Die Genetik der Katze

  • Die Vorgänge der Vererbung

  • Kopien und Mutation

  • Allele

  • Dominante und rezessive Merkmale

  • Das Mendelsche Vererbungsmuster

Die Vorgänge der Vererbung
Insgesamt ist das genetische System der Vererbung ein ziemlich komplexer Vorgang, doch lässt sich das Prinzip der Vererbung einzelner Merkmale relativ leicht nachvollziehen. Die Gene, die in jeder einzelnen Körperzelle vorhanden sind, tragen alle wichtigen Informationen und die Vererbung dieser Informationen geschieht nach einem logischen mathematischen Prinzip.

Die Vererbungslehre wurde zum ersten Mal wissenschaftlich von Gregor Mendel (1822-1884) untersucht. Dieser kreuzte verschiedene Erbsen und stellte anhand genauster Beobachtungen fest, dass die elterlichen Merkmale zum Teil dominant und zum anderen Teil rezessiv vererbt werden. Dominante Merkmale setzen sich in der Vererbung durch und unterdrücken die rezessiven. Erst, wenn zwei rezessive Merkmale im Vererbungsprozess aufeinandertreffen, setzten sich diese durch.

1953 entdeckten Watson und Crick das Model der DNS. Sie erforschten die genaue Strukturanordnungen der Gene und Vererbungsmerkmale und machten so den entscheidenen Schritt in der Entwicklung und Erforschung der DNA möglich.

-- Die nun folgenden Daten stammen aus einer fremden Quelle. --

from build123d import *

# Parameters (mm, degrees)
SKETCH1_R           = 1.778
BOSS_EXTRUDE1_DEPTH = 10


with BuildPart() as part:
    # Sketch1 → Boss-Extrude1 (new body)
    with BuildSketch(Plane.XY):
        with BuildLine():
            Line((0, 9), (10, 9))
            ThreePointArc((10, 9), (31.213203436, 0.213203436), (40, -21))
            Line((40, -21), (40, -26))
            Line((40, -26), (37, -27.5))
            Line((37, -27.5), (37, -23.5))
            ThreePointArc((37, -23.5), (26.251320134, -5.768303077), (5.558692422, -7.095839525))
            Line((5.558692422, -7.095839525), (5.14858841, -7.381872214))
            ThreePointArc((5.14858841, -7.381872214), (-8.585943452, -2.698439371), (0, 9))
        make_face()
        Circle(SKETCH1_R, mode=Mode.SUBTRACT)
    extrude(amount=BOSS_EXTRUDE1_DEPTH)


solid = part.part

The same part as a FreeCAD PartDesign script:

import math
import FreeCAD as App
import Part
import Sketcher
Q = App.Units.Quantity

doc = App.newDocument("Part")
body = doc.addObject("PartDesign::Body", "Body")

sketch1 = body.newObject("Sketcher::SketchObject", "Sketch")
sketch1.AttachmentSupport = (doc.getObject("XY_Plane"), [""])
sketch1.MapMode = "FlatFace"
sketch1.addGeometry([
    Part.LineSegment(App.Vector(10, 9, 0), App.Vector(0, 9, 0)),
    Part.ArcOfCircle(Part.Circle(App.Vector(0, 0, 0), App.Vector(0, 0, 1), 9), math.radians(90), math.radians(305)),
    Part.LineSegment(App.Vector(5.15, -7.38, 0), App.Vector(5.56, -7.1, 0)),
    Part.ArcOfCircle(Part.Circle(App.Vector(17, -23.5, 0), App.Vector(0, 0, 1), 20), math.radians(0), math.radians(125)),
    Part.LineSegment(App.Vector(37, -23.5, 0), App.Vector(37, -27.5, 0)),
    Part.LineSegment(App.Vector(37, -27.5, 0), App.Vector(40, -26, 0)),
    Part.LineSegment(App.Vector(40, -26, 0), App.Vector(40, -21, 0)),
    Part.ArcOfCircle(Part.Circle(App.Vector(10, -21, 0), App.Vector(0, 0, 1), 30), math.radians(0), math.radians(90)),
    Part.Circle(App.Vector(0, 0, 0), App.Vector(0, 0, 1), 1.78),
], False)
sketch1.addConstraint([
    Sketcher.Constraint("Tangent", 0, 2, 1, 1),
    Sketcher.Constraint("Tangent", 1, 2, 2, 1),
    Sketcher.Constraint("Tangent", 2, 2, 3, 2),
    Sketcher.Constraint("Tangent", 3, 1, 4, 1),
    Sketcher.Constraint("Coincident", 4, 2, 5, 1),
    Sketcher.Constraint("Coincident", 5, 2, 6, 1),
    Sketcher.Constraint("Tangent", 6, 2, 7, 1),
    Sketcher.Constraint("Tangent", 7, 2, 0, 1),
    Sketcher.Constraint("Horizontal", 0),
    Sketcher.Constraint("Vertical", 4),
    Sketcher.Constraint("Vertical", 6),
    Sketcher.Constraint("Coincident", 1, 3, -1, 1),
    Sketcher.Constraint("Coincident", 8, 3, -1, 1),
    Sketcher.Constraint("Radius", 1, Q("9 mm")),
    Sketcher.Constraint("Radius", 3, Q("20 mm")),
    Sketcher.Constraint("Radius", 7, Q("30 mm")),
    Sketcher.Constraint("DistanceX", 0, 2, 0, 1, Q("10 mm")),
    Sketcher.Constraint("DistanceY", 4, 2, 4, 1, Q("4 mm")),
    Sketcher.Constraint("DistanceY", 6, 1, 6, 2, Q("5 mm")),
    Sketcher.Constraint("Diameter", 8, Q("3.556 mm")),
    Sketcher.Constraint("DistanceX", -1, 1, 3, 3, Q("17 mm")),
    Sketcher.Constraint("Distance", 2, Q("0.5 mm")),
])
pad1 = body.newObject("PartDesign::Pad", "Pad")
pad1.Profile = sketch1
pad1.Length = 10

doc.recompute()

Jede Körperzelle der Katze enthält einen Zellkern, in dem 38 Chromosomen paarweise angeordnet sind. Jedes Chromosom besitzt die Form einer eng gewundenen Spirale aus Desoxyribonukleinsäure - der von Watson und Crick entdeckten sogenannten Doppelhelix. Diese Helix besteht aus Tausenden von Genen, die wie Perlen hintereinander aufgereiht sind. Jedes dieser Gene besteht aus den vier Proteinen A, T, C und G (Adenin, Thymin, Cytosin, Guanin), die gemeinsam die Informationen für alle Aspekte eines Katzenlebens beitragen.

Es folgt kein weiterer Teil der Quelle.